### Task item
Go to the line holding "v 0.586 23.12 9.885" in the entries below and write out exactly every line down to and including the line holding "v 0.586 21.578 30.468".

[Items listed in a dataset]
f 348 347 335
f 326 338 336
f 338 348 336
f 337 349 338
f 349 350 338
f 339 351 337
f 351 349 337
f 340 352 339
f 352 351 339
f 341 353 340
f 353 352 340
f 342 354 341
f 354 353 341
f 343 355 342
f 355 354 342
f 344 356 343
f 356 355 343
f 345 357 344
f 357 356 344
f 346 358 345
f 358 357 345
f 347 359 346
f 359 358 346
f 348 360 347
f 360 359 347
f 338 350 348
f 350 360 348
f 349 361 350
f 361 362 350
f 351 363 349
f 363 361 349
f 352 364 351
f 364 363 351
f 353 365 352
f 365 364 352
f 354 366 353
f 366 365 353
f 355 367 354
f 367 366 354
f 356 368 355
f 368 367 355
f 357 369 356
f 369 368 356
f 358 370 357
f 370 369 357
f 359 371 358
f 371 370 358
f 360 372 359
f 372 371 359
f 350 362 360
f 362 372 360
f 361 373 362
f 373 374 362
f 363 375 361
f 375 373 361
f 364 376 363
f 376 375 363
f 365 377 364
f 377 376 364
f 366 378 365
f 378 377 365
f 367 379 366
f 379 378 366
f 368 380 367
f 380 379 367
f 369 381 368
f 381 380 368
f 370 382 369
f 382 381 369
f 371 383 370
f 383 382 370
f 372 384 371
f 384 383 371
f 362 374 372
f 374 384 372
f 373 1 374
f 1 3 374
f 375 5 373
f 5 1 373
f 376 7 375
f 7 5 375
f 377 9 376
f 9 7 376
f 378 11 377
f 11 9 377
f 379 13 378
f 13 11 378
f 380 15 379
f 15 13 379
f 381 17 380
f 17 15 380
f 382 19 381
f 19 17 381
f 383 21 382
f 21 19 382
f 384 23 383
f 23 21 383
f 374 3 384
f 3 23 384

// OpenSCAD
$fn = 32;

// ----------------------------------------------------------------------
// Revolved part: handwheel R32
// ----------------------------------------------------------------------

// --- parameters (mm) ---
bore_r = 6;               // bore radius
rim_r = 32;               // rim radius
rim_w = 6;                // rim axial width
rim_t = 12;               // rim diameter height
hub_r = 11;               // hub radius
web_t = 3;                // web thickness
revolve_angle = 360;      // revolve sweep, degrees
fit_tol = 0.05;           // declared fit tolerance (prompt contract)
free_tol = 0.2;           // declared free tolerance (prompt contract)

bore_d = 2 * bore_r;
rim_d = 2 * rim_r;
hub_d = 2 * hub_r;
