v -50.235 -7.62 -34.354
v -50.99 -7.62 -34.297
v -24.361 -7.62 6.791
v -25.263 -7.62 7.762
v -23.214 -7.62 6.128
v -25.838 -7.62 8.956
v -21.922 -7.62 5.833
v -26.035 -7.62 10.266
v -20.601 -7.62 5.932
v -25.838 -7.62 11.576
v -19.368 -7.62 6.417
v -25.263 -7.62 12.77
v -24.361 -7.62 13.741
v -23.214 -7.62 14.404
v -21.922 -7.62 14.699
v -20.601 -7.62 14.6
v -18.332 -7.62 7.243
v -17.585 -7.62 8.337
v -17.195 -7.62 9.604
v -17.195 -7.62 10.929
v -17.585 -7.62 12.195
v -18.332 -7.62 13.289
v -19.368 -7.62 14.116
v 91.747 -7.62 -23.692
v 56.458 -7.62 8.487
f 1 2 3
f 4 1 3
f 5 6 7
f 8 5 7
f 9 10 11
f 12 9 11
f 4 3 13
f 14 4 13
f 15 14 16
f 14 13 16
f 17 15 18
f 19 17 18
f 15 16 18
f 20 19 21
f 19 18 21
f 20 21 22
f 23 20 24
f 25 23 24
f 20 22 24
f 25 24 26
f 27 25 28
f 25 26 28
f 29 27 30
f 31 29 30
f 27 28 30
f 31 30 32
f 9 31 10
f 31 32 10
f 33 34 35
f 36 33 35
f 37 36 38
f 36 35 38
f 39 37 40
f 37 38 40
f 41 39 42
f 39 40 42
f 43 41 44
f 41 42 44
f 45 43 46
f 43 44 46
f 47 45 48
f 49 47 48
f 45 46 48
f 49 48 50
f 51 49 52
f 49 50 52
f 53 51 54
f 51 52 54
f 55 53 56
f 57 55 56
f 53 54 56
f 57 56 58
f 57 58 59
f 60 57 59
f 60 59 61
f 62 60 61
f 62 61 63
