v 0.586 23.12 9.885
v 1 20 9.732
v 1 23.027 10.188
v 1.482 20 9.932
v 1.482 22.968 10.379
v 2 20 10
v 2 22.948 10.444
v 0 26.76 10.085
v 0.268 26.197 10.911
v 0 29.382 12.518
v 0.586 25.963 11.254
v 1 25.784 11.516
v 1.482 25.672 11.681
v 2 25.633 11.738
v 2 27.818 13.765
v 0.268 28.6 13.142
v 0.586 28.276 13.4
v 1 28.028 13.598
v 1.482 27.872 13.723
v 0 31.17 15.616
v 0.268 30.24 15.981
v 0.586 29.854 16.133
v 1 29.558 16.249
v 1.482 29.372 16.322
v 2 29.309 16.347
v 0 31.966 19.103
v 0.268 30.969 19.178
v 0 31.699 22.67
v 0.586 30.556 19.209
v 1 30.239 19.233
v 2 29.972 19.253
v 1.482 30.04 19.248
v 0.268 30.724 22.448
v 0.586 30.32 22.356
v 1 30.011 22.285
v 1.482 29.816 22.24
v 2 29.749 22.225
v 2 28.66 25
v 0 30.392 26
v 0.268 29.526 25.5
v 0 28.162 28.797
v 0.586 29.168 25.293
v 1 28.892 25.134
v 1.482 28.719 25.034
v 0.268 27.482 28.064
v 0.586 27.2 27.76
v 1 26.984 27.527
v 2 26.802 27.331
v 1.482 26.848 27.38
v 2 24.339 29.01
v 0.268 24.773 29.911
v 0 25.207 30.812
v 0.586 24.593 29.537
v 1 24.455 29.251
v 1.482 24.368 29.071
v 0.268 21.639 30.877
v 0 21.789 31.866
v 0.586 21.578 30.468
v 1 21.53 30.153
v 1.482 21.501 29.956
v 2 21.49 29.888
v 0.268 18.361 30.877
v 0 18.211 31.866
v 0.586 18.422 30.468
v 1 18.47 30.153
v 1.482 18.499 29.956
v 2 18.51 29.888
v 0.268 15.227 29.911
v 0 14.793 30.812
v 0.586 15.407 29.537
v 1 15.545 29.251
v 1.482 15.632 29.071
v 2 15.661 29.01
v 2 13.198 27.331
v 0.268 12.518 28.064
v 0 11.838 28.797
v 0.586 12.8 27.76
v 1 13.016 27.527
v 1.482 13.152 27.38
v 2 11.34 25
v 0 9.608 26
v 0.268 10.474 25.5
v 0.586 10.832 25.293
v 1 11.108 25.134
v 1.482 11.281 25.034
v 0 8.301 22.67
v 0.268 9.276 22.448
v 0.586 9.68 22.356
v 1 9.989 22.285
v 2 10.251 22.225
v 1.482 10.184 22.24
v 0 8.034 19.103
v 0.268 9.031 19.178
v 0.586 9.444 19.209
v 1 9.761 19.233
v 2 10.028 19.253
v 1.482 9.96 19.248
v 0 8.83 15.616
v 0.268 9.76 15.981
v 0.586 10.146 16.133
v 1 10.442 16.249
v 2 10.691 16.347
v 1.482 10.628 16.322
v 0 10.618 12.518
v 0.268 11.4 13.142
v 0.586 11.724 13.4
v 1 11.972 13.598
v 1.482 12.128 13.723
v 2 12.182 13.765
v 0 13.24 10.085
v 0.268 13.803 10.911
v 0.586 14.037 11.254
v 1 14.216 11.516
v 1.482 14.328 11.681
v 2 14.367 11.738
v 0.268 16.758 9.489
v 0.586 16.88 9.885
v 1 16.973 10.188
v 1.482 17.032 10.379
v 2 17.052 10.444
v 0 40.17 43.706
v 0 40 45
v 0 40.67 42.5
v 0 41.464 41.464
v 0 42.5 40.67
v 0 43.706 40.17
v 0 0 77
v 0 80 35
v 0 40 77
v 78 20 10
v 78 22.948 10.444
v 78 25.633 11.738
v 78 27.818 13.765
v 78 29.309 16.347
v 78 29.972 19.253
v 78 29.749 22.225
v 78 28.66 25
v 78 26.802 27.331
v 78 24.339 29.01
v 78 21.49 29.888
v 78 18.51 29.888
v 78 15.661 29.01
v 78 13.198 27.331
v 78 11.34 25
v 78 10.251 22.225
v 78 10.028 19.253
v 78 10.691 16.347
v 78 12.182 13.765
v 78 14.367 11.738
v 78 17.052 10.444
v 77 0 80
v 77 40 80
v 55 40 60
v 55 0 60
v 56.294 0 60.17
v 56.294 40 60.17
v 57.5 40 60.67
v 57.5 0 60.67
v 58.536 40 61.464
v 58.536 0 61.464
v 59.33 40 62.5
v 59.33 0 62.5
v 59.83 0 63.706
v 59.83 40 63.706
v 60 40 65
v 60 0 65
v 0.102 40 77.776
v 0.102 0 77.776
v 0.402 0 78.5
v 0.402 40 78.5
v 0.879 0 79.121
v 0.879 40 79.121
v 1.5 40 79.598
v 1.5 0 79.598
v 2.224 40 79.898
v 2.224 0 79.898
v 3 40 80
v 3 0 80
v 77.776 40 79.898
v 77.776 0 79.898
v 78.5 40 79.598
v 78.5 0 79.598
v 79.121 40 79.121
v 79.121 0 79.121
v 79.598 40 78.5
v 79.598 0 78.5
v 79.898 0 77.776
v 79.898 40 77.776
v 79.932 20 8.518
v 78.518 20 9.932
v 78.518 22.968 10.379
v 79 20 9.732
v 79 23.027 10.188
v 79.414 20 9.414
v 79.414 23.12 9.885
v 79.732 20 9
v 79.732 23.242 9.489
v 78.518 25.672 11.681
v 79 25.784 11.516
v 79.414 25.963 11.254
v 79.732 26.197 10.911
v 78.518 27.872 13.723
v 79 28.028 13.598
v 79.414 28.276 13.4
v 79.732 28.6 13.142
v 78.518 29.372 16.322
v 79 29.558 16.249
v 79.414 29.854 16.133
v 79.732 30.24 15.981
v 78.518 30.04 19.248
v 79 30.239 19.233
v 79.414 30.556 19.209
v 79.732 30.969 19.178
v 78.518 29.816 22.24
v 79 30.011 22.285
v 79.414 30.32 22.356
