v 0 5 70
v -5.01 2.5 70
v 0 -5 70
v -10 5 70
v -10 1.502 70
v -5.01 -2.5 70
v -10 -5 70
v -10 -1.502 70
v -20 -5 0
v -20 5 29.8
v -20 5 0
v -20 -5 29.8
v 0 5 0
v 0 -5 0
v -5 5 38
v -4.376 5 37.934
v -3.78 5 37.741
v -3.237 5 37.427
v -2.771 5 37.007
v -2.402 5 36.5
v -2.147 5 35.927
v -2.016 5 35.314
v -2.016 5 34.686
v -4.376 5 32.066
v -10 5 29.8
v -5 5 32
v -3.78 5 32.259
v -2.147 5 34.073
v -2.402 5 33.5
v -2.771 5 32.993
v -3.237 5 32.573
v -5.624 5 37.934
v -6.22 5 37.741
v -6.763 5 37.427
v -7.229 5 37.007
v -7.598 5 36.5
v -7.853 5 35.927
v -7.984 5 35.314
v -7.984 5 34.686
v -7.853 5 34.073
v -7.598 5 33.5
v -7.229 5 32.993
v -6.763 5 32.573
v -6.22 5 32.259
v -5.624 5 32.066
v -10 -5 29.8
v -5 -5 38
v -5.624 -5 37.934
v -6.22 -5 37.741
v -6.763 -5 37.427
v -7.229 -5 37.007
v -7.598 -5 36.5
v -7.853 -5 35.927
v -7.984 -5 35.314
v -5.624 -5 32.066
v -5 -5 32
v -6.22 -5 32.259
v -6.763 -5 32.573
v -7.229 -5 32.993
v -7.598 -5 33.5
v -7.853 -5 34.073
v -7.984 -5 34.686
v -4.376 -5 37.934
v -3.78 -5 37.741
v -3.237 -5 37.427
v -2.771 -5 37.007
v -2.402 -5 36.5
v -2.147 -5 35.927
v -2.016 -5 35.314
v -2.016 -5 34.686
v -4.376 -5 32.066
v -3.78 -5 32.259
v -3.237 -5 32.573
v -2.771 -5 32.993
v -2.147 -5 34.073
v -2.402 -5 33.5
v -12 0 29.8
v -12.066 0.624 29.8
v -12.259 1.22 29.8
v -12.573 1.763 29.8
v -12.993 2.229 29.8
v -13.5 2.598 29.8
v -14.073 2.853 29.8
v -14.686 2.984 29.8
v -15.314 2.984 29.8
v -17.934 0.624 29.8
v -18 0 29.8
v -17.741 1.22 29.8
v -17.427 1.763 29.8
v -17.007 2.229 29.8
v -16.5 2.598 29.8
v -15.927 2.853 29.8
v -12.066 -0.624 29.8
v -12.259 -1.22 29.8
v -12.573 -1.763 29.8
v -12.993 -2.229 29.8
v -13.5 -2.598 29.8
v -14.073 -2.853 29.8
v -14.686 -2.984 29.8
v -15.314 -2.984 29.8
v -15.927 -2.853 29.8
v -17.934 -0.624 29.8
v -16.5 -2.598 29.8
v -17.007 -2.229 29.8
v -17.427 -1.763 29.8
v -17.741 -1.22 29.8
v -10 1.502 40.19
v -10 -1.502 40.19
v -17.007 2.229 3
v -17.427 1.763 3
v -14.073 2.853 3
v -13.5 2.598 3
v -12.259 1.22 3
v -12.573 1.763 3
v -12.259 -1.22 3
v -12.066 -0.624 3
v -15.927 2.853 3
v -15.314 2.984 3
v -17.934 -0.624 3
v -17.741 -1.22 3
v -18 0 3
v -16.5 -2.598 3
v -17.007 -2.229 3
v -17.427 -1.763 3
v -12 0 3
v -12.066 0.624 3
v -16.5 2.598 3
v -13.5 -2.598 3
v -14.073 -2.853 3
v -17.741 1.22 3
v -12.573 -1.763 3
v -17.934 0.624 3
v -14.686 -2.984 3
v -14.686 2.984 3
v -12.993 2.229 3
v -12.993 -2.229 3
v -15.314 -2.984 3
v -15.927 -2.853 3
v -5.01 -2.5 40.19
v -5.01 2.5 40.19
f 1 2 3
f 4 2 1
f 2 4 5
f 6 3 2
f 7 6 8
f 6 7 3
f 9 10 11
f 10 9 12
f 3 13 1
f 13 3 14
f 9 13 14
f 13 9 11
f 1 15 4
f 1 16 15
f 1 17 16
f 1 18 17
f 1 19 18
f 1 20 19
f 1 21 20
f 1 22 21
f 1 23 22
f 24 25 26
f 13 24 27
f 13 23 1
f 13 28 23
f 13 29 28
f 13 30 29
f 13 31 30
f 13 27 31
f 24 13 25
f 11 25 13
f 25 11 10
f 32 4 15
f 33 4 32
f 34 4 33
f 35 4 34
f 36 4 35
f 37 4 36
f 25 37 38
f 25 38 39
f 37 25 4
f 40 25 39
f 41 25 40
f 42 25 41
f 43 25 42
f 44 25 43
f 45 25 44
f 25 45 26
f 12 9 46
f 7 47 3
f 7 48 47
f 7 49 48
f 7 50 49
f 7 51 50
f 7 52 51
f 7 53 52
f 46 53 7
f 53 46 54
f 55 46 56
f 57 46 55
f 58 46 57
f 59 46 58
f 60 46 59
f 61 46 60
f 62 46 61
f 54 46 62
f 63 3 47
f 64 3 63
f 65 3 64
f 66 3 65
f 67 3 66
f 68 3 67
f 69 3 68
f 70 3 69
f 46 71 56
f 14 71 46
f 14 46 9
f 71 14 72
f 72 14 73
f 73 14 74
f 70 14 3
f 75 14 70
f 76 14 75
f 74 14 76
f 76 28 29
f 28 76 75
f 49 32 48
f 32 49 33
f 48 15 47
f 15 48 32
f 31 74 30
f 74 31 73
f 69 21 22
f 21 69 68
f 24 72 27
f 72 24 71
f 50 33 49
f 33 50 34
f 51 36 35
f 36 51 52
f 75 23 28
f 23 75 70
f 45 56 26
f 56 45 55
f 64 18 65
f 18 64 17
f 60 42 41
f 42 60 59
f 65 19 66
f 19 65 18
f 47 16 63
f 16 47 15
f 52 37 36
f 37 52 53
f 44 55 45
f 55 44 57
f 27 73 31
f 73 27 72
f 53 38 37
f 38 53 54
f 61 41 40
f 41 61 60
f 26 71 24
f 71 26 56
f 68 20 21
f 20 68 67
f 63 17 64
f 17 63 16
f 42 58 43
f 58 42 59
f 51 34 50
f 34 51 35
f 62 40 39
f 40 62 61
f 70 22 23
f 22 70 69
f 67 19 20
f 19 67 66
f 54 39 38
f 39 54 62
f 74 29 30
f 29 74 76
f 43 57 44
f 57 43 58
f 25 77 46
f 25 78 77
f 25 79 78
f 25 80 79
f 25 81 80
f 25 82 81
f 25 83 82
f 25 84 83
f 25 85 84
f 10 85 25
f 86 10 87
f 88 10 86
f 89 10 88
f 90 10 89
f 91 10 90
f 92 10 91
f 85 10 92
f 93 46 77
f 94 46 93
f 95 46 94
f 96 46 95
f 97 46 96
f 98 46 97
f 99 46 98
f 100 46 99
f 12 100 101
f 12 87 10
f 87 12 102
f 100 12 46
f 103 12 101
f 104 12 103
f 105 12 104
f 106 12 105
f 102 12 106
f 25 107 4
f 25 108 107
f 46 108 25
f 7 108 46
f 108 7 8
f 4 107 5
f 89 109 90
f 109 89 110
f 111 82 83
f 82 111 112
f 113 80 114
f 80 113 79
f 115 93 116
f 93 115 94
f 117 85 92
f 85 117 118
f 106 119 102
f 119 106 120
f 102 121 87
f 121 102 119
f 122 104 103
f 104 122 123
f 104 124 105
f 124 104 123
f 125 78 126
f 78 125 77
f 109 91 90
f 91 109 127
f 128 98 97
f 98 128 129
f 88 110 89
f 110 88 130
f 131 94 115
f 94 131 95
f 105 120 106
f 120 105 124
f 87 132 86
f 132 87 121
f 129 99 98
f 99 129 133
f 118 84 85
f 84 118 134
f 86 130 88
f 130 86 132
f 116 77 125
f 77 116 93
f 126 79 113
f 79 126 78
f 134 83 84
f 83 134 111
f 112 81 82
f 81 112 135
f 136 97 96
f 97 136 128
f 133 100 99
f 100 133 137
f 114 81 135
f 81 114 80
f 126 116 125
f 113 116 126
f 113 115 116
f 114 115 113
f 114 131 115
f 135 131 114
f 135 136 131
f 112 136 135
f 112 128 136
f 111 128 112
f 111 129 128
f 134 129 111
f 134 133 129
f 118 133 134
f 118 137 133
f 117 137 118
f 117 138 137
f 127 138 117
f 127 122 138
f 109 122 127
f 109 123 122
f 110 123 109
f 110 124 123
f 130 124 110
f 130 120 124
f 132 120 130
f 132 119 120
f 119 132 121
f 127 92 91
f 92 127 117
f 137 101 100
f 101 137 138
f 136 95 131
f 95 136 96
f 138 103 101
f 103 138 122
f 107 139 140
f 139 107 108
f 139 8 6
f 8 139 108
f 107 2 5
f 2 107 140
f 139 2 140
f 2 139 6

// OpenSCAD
// Puzzle

EPS=0.01;
$fs=0.2;


RadiusOfHole=3;
ClearanceRod=0.5;
ClearanceRodLength=2;
ClearenceGroove=0.4;
ClearanceJoin=0.3;

Height=20;
Width=10;
Length=70;

MaterialAfterHole=3;

HoleLength=Length-2*MaterialAfterHole;

JoinSmall=3;
JoinWide=5;
JoinHight=5;

module thing() {

  translate([0,0,Height/2]) difference() {
    cube(size=[Length,Width,Height], center=true);
    translate([0,Width/2+EPS,-Height/4]) rotate(90,[1,0,0])
        cylinder(h=Width+2*EPS, r=RadiusOfHole);
    translate([0,0,Height/2]) rotate(90, [0,0,1])
        cube(size=[Length,Width+ClearenceGroove,Height], center=true);
    translate([-HoleLength/2,0,Height/4]) rotate(90,[0,1,0])
        cylinder(h=HoleLength, r=RadiusOfHole);
  }
}

module rod() {
    R=RadiusOfHole-ClearanceRod/2;

    translate([0,0,4*R/5]) rotate(-90,[0,1,0])
        intersection() {
            cylinder(h=(HoleLength-Width)/2-ClearanceRodLength, r=R);
            translate([R/5,0,0])
                cube(size=[R*2,R*2,HoleLength], center=true);
        }
}

module join(Clearance) {
    rotate(-90, [0,0,1]) rotate(-90, [1,0,0])
    linear_extrude(height = Length, center = false)
    polygon(points = [ [(-JoinSmall+Clearance)/2, 0], [(JoinSmall-Clearance)/2,0],
        [(JoinWide-Clearance)/2,JoinHight-Clearance],
        [(-JoinWide+Clearance)/2,JoinHight-Clearance] ]);
}

module cut(clearanceJoin) {
    translate([(Width+ClearenceGroove)/2-EPS,-Width/2-EPS,Height/2])
    union() {
        cube(size=[Length,Width+2*EPS,Height+2*EPS], center=false);
        translate([0, (Width+2*EPS)/2,EPS]) join(clearanceJoin);
    }
}

module cutInTwoPartsForAssembly() {
    translate([0,0,Length/2]) {
        rotate(-90,[0,1,0])
          difference() {
            thing();
            cut(0);
          }

        /*
        translate([10,0,0]) rotate(90,[0,1,0])
          intersection() {
            thing();
            cut(ClearanceJoin);
          }
         */
    }
}

//translate([0,-Width,0]) rod();
//translate([HoleLength/2,-Width,0]) rod();
//translate([0,Width,0]) rod();
//translate([HoleLength/2,Width,0]) rod();
cutInTwoPartsForAssembly();
// translate([0,2*Width,0]) cutInTwoPartsForAssembly();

### Result of this exercise
v 0.586 23.12 9.885
v 1 20 9.732
v 1 23.027 10.188
v 1.482 20 9.932
v 1.482 22.968 10.379
v 2 20 10
v 2 22.948 10.444
v 0 26.76 10.085
v 0.268 26.197 10.911
v 0 29.382 12.518
v 0.586 25.963 11.254
v 1 25.784 11.516
v 1.482 25.672 11.681
v 2 25.633 11.738
v 2 27.818 13.765
v 0.268 28.6 13.142
v 0.586 28.276 13.4
v 1 28.028 13.598
v 1.482 27.872 13.723
v 0 31.17 15.616
v 0.268 30.24 15.981
v 0.586 29.854 16.133
v 1 29.558 16.249
v 1.482 29.372 16.322
v 2 29.309 16.347
v 0 31.966 19.103
v 0.268 30.969 19.178
v 0 31.699 22.67
v 0.586 30.556 19.209
v 1 30.239 19.233
v 2 29.972 19.253
v 1.482 30.04 19.248
v 0.268 30.724 22.448
v 0.586 30.32 22.356
v 1 30.011 22.285
v 1.482 29.816 22.24
v 2 29.749 22.225
v 2 28.66 25
v 0 30.392 26
v 0.268 29.526 25.5
v 0 28.162 28.797
v 0.586 29.168 25.293
v 1 28.892 25.134
v 1.482 28.719 25.034
v 0.268 27.482 28.064
v 0.586 27.2 27.76
v 1 26.984 27.527
v 2 26.802 27.331
v 1.482 26.848 27.38
v 2 24.339 29.01
v 0.268 24.773 29.911
v 0 25.207 30.812
v 0.586 24.593 29.537
v 1 24.455 29.251
v 1.482 24.368 29.071
v 0.268 21.639 30.877
v 0 21.789 31.866
v 0.586 21.578 30.468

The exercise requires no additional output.